::: Data to use :::

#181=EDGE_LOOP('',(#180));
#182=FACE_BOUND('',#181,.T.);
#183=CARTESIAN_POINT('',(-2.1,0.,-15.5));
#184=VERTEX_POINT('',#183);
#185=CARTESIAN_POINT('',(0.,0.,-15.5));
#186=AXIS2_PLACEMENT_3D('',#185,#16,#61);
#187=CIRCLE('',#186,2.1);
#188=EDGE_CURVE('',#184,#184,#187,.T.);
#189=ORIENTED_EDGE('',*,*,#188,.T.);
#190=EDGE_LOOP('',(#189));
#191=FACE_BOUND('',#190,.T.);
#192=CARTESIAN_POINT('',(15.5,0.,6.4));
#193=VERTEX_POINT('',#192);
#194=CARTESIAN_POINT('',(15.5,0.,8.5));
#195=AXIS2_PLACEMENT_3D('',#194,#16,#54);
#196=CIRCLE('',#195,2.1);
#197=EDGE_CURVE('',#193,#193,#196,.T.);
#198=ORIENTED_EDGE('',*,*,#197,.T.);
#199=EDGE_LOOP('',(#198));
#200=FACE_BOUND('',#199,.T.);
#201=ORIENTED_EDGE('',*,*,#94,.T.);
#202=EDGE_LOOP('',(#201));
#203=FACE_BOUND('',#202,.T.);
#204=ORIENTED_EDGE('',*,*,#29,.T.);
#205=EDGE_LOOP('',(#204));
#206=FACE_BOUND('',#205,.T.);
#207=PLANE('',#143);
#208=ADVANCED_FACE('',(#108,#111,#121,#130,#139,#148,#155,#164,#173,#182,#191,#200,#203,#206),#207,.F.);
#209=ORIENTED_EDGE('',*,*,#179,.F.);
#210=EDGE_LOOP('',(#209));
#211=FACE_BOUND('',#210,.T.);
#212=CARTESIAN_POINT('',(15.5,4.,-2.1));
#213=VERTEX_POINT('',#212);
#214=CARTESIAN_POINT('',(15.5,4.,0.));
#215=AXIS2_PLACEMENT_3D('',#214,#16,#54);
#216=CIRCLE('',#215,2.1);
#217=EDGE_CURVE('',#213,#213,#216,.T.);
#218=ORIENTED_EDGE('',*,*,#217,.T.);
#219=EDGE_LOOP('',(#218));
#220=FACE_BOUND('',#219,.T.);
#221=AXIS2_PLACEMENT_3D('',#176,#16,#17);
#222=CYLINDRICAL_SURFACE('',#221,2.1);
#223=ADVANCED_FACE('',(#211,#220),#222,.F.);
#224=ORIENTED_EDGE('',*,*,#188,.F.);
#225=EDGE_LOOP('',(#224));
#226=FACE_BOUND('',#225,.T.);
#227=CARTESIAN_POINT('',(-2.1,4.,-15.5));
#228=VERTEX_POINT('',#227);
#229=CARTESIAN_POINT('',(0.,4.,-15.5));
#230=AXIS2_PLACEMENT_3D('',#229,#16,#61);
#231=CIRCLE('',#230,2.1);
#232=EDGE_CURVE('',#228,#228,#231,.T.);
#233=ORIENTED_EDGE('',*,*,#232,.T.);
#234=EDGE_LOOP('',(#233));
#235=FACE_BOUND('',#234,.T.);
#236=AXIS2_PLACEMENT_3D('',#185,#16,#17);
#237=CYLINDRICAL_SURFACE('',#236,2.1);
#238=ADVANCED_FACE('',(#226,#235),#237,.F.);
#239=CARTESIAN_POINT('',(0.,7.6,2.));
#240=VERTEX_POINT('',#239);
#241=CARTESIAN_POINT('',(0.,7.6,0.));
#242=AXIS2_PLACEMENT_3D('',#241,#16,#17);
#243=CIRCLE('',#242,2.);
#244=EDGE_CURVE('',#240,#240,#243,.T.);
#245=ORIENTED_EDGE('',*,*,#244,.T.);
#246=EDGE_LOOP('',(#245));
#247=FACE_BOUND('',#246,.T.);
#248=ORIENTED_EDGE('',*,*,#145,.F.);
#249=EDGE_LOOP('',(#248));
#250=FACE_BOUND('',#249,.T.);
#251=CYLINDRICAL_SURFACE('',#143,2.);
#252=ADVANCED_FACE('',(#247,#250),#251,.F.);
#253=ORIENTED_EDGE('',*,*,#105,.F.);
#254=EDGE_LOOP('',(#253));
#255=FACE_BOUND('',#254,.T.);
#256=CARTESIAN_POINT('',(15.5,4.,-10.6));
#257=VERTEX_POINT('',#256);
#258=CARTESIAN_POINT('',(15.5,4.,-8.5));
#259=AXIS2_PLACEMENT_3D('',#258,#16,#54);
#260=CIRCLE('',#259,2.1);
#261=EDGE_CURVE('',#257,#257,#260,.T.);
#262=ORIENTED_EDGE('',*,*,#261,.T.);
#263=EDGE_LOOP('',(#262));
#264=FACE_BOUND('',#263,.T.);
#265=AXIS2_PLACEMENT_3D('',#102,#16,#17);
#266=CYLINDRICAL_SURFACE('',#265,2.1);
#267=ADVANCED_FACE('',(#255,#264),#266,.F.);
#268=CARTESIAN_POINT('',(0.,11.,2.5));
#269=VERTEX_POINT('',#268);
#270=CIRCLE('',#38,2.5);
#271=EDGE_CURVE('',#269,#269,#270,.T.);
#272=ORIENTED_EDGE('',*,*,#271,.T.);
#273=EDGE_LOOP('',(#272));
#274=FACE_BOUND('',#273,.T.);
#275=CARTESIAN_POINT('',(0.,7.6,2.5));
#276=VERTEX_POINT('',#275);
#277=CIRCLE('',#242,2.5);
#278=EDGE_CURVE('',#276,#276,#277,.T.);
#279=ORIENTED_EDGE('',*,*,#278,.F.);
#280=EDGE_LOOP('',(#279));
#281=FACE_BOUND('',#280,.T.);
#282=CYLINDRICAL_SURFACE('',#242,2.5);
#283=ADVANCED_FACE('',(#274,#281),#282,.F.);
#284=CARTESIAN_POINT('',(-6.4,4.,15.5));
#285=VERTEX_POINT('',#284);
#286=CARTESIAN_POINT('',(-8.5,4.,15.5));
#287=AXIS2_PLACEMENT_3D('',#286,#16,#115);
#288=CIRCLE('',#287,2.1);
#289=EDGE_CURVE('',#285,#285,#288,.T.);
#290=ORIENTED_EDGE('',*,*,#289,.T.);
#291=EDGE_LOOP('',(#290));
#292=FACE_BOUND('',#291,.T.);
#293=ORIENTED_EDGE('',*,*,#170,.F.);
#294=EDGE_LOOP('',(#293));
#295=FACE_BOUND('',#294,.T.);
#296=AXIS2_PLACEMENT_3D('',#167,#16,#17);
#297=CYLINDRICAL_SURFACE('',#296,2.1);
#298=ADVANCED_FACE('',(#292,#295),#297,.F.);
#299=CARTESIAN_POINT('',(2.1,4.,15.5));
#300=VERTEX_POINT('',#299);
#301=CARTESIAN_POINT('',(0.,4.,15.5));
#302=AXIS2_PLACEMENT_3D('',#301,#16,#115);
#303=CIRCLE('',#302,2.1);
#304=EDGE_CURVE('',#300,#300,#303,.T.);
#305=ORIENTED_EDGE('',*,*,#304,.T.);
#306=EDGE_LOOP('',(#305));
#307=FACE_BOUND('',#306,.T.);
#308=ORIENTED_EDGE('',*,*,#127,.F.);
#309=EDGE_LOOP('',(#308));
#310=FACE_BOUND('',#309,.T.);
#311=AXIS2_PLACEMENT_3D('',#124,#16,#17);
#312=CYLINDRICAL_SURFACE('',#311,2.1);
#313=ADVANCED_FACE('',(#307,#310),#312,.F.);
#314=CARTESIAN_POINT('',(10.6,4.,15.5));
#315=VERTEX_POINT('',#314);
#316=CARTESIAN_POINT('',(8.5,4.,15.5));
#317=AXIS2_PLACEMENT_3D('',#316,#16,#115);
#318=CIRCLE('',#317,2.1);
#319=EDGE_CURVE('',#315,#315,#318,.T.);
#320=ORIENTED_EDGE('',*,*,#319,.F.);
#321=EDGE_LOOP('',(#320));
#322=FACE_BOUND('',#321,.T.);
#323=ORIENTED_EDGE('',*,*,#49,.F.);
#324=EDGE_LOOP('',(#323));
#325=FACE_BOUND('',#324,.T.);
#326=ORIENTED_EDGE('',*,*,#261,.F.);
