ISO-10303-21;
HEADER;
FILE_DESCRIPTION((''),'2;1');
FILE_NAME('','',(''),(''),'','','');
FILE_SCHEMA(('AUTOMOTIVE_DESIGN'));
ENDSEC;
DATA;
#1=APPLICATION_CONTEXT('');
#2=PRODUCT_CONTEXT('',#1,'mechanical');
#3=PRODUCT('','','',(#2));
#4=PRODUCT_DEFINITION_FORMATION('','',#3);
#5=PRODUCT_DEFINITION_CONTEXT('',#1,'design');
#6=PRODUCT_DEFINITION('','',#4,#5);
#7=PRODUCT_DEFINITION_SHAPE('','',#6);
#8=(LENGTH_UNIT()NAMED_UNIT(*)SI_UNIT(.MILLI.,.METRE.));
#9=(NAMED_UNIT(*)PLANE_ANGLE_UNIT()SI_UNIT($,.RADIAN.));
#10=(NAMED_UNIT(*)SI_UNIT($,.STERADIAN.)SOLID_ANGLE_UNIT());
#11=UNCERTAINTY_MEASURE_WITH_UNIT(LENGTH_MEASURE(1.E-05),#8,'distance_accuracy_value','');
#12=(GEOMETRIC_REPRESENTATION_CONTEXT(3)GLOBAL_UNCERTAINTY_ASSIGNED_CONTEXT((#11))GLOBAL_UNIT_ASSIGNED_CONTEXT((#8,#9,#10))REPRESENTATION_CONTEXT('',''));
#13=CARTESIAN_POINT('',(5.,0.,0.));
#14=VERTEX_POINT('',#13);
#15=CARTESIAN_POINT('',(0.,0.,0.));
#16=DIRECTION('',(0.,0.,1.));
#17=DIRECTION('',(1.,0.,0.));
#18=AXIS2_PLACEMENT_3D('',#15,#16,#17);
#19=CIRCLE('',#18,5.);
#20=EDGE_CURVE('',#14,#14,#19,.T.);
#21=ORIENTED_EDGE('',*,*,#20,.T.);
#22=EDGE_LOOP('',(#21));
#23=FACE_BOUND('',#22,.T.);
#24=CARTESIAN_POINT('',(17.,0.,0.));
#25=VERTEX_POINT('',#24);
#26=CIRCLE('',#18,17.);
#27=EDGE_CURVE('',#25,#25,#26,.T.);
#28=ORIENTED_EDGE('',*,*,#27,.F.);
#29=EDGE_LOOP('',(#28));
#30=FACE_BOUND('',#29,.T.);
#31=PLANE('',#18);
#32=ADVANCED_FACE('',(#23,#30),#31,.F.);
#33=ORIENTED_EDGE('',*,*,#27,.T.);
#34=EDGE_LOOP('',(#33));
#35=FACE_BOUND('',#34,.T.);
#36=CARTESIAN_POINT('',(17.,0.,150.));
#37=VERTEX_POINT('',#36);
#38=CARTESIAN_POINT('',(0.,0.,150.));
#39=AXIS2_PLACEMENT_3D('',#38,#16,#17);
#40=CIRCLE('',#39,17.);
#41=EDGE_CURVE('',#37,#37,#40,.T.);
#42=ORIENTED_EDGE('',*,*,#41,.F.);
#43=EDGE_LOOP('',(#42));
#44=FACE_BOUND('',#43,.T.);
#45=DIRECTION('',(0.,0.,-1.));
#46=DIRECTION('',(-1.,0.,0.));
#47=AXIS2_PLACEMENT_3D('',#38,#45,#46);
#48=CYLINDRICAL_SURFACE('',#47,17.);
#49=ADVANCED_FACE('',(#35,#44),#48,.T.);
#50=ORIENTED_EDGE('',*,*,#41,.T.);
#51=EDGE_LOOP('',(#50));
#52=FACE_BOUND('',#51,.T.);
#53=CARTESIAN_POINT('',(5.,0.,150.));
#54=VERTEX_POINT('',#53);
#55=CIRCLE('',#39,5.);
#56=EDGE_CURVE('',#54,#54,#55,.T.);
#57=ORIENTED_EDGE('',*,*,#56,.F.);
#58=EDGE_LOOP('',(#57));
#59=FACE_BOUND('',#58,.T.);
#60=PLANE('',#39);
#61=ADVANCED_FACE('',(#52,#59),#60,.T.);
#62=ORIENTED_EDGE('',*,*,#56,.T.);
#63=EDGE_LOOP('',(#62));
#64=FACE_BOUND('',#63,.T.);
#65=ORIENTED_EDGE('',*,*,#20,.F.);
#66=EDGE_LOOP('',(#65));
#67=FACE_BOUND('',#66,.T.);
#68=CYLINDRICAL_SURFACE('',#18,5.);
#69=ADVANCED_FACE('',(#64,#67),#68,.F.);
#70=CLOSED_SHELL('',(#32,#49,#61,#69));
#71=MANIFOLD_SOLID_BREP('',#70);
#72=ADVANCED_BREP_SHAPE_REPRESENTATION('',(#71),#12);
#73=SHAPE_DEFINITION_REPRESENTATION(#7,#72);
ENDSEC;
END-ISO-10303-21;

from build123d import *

# Parameters (mm, degrees)
SKETCH1_R           = 17
BOSS_EXTRUDE1_DEPTH = 150
SKETCH2_R           = 5
CUT_EXTRUDE1_DEPTH  = 150


with BuildPart() as part:
    # Sketch1 → Boss-Extrude1 (new body)
    with BuildSketch(Plane.XY):
        Circle(SKETCH1_R)
    extrude(amount=BOSS_EXTRUDE1_DEPTH)

    # Sketch2 → Cut-Extrude1 (cut)
    with BuildSketch(Plane.XY.offset(150)):
        Circle(SKETCH2_R)
    extrude(amount=-CUT_EXTRUDE1_DEPTH, mode=Mode.SUBTRACT)


solid = part.part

:::

# Exercise aim:
Above are the records; repeat exactly the lines from the one holding "#247=FACE_BOUND('',#246,.T.);" down to the one holding "#279=ORIENTED_EDGE('',*,*,#278,.F.);", end lines included.

# Solution below:
#247=FACE_BOUND('',#246,.T.);
#248=ORIENTED_EDGE('',*,*,#145,.F.);
#249=EDGE_LOOP('',(#248));
#250=FACE_BOUND('',#249,.T.);
#251=CYLINDRICAL_SURFACE('',#143,2.);
#252=ADVANCED_FACE('',(#247,#250),#251,.F.);
#253=ORIENTED_EDGE('',*,*,#105,.F.);
#254=EDGE_LOOP('',(#253));
#255=FACE_BOUND('',#254,.T.);
#256=CARTESIAN_POINT('',(15.5,4.,-10.6));
#257=VERTEX_POINT('',#256);
#258=CARTESIAN_POINT('',(15.5,4.,-8.5));
#259=AXIS2_PLACEMENT_3D('',#258,#16,#54);
#260=CIRCLE('',#259,2.1);
#261=EDGE_CURVE('',#257,#257,#260,.T.);
#262=ORIENTED_EDGE('',*,*,#261,.T.);
#263=EDGE_LOOP('',(#262));
#264=FACE_BOUND('',#263,.T.);
#265=AXIS2_PLACEMENT_3D('',#102,#16,#17);
#266=CYLINDRICAL_SURFACE('',#265,2.1);
#267=ADVANCED_FACE('',(#255,#264),#266,.F.);
#268=CARTESIAN_POINT('',(0.,11.,2.5));
#269=VERTEX_POINT('',#268);
#270=CIRCLE('',#38,2.5);
#271=EDGE_CURVE('',#269,#269,#270,.T.);
#272=ORIENTED_EDGE('',*,*,#271,.T.);
#273=EDGE_LOOP('',(#272));
#274=FACE_BOUND('',#273,.T.);
#275=CARTESIAN_POINT('',(0.,7.6,2.5));
#276=VERTEX_POINT('',#275);
#277=CIRCLE('',#242,2.5);
#278=EDGE_CURVE('',#276,#276,#277,.T.);
#279=ORIENTED_EDGE('',*,*,#278,.F.);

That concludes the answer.